Pur dimostrando grande fiducia nei diplomatici “di casa”, come certifica il consistente numero di cardinali creati “pescando” nella categoria, Francesco verrà ricordato probabilmente come il Papa meno diplomatico della contemporaneità. Le ultime scintille con Israele ne sono solo l’ultima prova ed arrivano dopo le tensioni provocate in questi tre anni con l’Ucraina per diverse dichiarazioni sul conflitto con la Russia.
Nonostante la scomoda posizione “pacifista” sulla guerra iniziata il 24 febbraio 2022, anche i rapporti con Mosca non sono più idilliaci per via della definizione di «chierichetto di Putin» affibbiata al patriarca ortodosso Kirill in un’intervista forse troppo sincera e che scontentò i governi occidentali per il riferimento all’«abbaiare della Nato alle porte della Russia». Il Papa sudamericano, tuttavia, non sembra preoccuparsi troppo delle reazioni provocate dalle sue parole in libertà e va avanti su quelle che ritiene essere le priorità nell’agenda del suo pontificato. A questo proposito, l’udienza al Corpo Diplomatico accreditato per gli auguri di inizio anno rappresenta il tradizionale appuntamento per presentare le linee guida della politica estera della Santa Sede. È interessante notare come, proprio in quest’occasione, Francesco abbia per la prima volta menzionato l’attentato al presidente eletto Donald Trump come frutto del clima d’odio, sei mesi dopo i fatti di Butler. Nel suo discorso agli ambasciatori presso la Santa Sede, Bergoglio ha ricordato anche l’attentato al premier slovacco Robert Fico, alleato di Viktor Orban nell’Ue e come lui favorevole ad un dialogo con Putin sulla crisi ucraina. Il Papa ha citato anche i recenti «esecrabili atti di terrore» a Magdeburgo in Germania e a New Orleans negli Stati Uniti.

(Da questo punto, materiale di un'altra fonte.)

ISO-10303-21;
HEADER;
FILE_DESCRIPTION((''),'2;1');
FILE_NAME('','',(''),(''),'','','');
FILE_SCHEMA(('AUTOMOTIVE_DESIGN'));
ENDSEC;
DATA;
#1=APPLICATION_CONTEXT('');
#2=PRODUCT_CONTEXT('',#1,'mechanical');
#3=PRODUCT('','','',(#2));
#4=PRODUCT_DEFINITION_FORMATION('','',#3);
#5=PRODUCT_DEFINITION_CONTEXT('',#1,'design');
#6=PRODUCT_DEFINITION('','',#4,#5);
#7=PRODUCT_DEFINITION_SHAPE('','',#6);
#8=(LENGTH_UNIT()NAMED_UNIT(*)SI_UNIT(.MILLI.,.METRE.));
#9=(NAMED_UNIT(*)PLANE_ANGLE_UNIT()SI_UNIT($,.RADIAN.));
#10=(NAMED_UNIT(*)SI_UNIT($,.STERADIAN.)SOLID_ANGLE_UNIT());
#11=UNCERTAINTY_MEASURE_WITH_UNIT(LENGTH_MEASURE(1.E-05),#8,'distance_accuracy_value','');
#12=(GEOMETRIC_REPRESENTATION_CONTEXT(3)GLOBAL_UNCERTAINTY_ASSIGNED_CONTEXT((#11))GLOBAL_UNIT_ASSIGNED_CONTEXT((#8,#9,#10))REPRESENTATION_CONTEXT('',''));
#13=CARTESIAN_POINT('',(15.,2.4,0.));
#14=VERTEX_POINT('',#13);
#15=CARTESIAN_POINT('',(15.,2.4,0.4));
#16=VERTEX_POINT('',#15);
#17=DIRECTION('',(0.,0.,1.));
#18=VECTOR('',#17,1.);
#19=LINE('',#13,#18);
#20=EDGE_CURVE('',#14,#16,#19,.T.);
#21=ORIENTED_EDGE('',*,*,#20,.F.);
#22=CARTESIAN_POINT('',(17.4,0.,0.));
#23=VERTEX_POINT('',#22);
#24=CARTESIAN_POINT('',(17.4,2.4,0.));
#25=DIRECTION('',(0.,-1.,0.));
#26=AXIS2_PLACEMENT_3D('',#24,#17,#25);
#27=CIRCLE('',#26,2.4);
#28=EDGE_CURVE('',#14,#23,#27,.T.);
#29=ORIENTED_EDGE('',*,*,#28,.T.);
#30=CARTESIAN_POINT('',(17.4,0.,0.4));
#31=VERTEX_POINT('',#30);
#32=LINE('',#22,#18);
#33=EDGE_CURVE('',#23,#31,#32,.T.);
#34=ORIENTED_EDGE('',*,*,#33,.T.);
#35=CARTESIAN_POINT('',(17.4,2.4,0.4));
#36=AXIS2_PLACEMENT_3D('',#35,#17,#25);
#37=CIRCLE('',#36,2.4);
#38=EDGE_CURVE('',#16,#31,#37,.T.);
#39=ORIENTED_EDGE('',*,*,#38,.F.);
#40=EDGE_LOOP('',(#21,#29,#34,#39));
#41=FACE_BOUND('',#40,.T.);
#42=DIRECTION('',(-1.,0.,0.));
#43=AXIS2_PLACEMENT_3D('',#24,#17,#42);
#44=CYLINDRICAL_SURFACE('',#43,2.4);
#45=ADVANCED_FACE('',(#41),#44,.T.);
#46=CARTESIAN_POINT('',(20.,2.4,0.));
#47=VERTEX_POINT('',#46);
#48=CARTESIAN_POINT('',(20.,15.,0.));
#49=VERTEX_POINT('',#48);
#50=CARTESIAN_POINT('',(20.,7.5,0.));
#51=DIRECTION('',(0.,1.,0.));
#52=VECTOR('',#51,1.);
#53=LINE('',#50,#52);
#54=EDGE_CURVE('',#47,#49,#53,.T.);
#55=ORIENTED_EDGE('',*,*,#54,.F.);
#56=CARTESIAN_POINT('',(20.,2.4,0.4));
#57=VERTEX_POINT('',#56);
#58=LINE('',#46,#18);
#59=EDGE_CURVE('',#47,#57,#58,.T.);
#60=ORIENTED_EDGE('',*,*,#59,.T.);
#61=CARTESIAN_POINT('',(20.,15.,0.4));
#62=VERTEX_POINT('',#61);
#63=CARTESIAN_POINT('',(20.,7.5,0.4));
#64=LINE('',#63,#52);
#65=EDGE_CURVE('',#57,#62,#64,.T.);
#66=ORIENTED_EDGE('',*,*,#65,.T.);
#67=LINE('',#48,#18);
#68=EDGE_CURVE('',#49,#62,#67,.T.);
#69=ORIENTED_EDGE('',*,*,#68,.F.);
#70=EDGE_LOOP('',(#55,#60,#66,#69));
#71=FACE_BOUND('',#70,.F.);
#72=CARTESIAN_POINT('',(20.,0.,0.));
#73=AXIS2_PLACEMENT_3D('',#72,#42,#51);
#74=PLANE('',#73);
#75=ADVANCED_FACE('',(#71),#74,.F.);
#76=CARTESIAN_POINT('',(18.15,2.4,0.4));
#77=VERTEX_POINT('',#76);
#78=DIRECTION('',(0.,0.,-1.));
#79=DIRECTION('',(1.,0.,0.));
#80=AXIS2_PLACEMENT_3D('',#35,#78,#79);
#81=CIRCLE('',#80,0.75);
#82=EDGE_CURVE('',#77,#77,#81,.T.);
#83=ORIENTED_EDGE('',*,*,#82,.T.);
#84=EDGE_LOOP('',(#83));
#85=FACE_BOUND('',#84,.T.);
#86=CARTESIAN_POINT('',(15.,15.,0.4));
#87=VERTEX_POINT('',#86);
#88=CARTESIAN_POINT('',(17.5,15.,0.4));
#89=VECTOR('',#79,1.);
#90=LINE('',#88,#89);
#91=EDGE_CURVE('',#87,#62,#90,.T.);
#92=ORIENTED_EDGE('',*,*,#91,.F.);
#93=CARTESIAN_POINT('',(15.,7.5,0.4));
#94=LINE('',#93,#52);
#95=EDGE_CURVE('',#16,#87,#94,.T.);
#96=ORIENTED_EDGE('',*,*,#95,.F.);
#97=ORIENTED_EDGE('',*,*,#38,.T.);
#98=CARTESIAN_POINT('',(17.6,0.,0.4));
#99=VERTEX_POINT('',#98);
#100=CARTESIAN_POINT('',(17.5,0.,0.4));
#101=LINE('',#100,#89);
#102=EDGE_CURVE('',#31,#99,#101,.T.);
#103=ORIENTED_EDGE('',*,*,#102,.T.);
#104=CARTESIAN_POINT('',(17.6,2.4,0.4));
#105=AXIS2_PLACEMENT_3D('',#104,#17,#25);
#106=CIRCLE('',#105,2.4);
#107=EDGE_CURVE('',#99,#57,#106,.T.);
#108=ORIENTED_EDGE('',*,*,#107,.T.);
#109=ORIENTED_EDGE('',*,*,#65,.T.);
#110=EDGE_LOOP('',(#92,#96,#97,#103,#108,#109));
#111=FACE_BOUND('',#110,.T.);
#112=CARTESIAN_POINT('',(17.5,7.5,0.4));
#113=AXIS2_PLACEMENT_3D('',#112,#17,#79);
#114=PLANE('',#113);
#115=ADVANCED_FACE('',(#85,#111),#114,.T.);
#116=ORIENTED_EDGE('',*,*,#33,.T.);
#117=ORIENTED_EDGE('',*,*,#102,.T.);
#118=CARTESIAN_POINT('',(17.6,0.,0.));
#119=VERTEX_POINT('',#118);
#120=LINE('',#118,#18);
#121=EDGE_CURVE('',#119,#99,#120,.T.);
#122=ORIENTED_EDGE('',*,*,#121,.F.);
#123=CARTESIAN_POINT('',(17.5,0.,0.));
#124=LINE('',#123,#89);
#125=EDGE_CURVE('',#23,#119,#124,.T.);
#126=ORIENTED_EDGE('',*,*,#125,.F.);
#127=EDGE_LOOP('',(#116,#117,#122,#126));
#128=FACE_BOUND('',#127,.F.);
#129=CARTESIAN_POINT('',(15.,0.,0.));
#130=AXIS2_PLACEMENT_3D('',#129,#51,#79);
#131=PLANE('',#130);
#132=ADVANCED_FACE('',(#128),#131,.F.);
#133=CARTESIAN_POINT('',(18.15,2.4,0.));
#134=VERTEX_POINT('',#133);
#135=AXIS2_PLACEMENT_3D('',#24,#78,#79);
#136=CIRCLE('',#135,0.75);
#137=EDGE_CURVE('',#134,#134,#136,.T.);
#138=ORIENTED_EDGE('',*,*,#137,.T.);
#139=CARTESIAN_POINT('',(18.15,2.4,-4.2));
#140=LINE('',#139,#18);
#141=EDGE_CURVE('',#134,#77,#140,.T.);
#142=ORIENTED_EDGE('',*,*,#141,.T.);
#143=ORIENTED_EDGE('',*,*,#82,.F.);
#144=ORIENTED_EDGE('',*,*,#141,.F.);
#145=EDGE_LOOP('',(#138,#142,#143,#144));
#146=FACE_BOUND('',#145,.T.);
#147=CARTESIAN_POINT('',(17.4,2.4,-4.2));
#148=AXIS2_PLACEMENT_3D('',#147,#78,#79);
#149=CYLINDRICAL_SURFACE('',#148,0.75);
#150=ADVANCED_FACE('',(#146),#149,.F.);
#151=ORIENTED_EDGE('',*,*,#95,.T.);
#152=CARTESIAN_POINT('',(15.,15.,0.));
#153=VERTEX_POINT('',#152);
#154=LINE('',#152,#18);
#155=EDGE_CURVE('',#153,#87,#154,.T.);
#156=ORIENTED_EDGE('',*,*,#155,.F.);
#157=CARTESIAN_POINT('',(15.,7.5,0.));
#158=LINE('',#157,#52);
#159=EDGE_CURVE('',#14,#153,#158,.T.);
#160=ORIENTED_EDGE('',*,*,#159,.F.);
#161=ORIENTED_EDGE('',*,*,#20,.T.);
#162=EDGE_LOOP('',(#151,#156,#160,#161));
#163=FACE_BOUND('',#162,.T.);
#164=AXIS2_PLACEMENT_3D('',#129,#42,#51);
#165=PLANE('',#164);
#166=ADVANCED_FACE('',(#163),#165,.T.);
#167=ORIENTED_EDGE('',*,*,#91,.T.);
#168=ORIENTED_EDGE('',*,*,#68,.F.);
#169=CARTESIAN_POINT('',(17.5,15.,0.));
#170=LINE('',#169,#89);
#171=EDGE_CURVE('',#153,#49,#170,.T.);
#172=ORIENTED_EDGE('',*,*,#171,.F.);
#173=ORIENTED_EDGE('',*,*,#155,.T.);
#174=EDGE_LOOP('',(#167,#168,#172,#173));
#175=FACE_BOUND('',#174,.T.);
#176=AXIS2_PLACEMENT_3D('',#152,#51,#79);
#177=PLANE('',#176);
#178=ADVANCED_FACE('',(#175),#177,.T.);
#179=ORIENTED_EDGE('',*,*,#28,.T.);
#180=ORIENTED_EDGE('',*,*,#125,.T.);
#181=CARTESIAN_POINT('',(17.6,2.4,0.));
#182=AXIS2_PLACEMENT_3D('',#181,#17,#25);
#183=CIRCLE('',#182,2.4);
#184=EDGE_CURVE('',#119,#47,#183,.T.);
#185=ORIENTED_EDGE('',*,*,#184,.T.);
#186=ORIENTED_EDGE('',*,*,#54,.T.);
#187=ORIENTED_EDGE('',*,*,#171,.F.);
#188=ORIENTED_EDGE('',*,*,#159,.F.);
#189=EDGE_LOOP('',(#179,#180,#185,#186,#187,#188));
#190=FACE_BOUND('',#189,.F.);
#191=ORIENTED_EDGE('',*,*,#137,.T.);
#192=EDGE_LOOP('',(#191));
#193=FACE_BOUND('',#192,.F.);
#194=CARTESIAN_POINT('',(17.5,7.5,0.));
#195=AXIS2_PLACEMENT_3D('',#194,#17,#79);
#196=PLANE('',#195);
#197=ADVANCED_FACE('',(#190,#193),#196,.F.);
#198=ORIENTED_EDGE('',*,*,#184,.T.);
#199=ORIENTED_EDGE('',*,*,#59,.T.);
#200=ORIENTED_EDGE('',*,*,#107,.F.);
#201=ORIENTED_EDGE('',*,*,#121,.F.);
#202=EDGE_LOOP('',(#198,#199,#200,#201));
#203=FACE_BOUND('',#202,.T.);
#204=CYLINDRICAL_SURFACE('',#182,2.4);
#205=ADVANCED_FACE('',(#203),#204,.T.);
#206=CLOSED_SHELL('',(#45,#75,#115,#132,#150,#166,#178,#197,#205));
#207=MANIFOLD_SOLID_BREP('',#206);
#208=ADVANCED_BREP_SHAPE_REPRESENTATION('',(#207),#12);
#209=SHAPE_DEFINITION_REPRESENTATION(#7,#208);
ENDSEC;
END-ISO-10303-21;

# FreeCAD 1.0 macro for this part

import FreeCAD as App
import Part
import Sketcher
Q = App.Units.Quantity


def edges_at(feature, points):
    """Names of the edges that pass closest to the given points."""
    edges = feature.Shape.Edges
    near = lambda p: min(range(len(edges)), key=lambda i: edges[i].distToShape(Part.Vertex(*p))[0])
    return sorted({f"Edge{near(p) + 1}" for p in points})


def add_polygon(sketch, points):
    """Adds a closed chain of lines whose ends are joined by coincident constraints."""
    first, n = sketch.GeometryCount, len(points)
    for a, b in zip(points, points[1:] + points[:1]):
        sketch.addGeometry(Part.LineSegment(App.Vector(*a, 0), App.Vector(*b, 0)), False)
    for i in range(n):
        sketch.addConstraint(Sketcher.Constraint("Coincident", first + i, 2, first + (i + 1) % n, 1))

doc = App.newDocument("Part")
body = doc.addObject("PartDesign::Body", "Body")

# Sketch on XY plane
sketch1 = body.newObject("Sketcher::SketchObject", "Sketch")
sketch1.AttachmentSupport = (doc.getObject("XY_Plane"), [""])
sketch1.MapMode = "FlatFace"
sketch1.AttachmentOffset = App.Placement(App.Vector(0, 0, -4.2), App.Rotation())
sketch1.addGeometry(Part.Circle(App.Vector(17.4, 2.4, 0), App.Vector(0, 0, 1), 0.8), False)
sketch1.addConstraint(Sketcher.Constraint("Diameter", 0, Q("1.5 mm")))
sketch1.addConstraint(Sketcher.Constraint("DistanceX", -1, 1, 0, 3, Q("17.4 mm")))
sketch1.addConstraint(Sketcher.Constraint("DistanceY", -1, 1, 0, 3, Q("2.4 mm")))
pad1 = body.newObject("PartDesign::Pad", "Pad")
pad1.Profile = sketch1
pad1.Length = 10
body2 = doc.addObject("PartDesign::Body", "Body001")

# Sketch on XY plane
sketch2 = body2.newObject("Sketcher::SketchObject", "Sketch001")
sketch2.AttachmentSupport = (doc.getObject("XY_Plane001"), [""])
sketch2.MapMode = "FlatFace"
add_polygon(sketch2, [(15, 15), (15, 0), (20, 0), (20, 15)])  # lines 0-3
sketch2.addConstraint(Sketcher.Constraint("Vertical", 0))
sketch2.addConstraint(Sketcher.Constraint("Horizontal", 1))
sketch2.addConstraint(Sketcher.Constraint("Vertical", 2))
sketch2.addConstraint(Sketcher.Constraint("Horizontal", 3))
sketch2.addConstraint(Sketcher.Constraint("PointOnObject", 0, 2, -1))
sketch2.addConstraint(Sketcher.Constraint("DistanceX", 1, 1, 1, 2, Q("5 mm")))
sketch2.addConstraint(Sketcher.Constraint("DistanceY", 0, 2, 0, 1, Q("15 mm")))
sketch2.addConstraint(Sketcher.Constraint("DistanceX", -1, 1, 0, 2, Q("15 mm")))
pad2 = body2.newObject("PartDesign::Pad", "Pad001")
pad2.Profile = sketch2
pad2.Length = 0.4
doc.recompute()

fillet = body2.newObject("PartDesign::Fillet", "Fillet")
fillet.Base = (pad2, edges_at(pad2, [(15, 0, 0.2), (20, 0, 0.2)]))
fillet.Radius = 2.4
doc.recompute()

boolean = body2.newObject("PartDesign::Boolean", "Boolean")
boolean.Type = "Cut"
boolean.addObjects([body])

doc.recompute()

Queste menzioni sono in qualche modo significative se si tiene conto dell’apparente minimizzazione della gravità di questi quattro episodi a cui abbiamo assistito in questi mesi tra governanti e media. Il Pontefice, invece, ne ha parlato nel contesto più importante per le relazioni internazionali della Santa Sede e lo ha fatto non per ridimensionarli a gesti causati da malati psichiatrici, ma per evidenziarne la non estemporaneità e dunque la pericolosità. Bergoglismo e trumpismo rimarranno due corpi estranei anche con l’avvio della nuova amministrazione, ma Francesco dimostra ancora una volta di “ballare da solo” rispetto al grosso e sempre più omologato corpaccione progressista.
Nel 2025 è probabile che chi si è abituato ad applaudire il Papa in questi anni per le sue presunte aperture sulla dottrina e sulla morale, vedrà crescere l’imbarazzo per le posizioni papali più scomode: non solo la richiesta di dialogo per arrivare alla pace nel conflitto russo-ucraino, ma anche la condanna della cancel culture che «non tollera differenze e si concentra sui diritti degli individui, trascurando i doveri nei riguardi degli altri, in particolare dei più deboli e fragili» e il rifiuto della «colonizzazione ideologica che, secondo programmi studiati a tavolino, tenta di sradicare le tradizioni, la storia e i legami religiosi dei popoli». Concetti che Bergoglio ha voluto ribadire al Corpo Diplomatico accreditato e che rimarranno in cima all’agenda del suo pontificato anche quest’anno.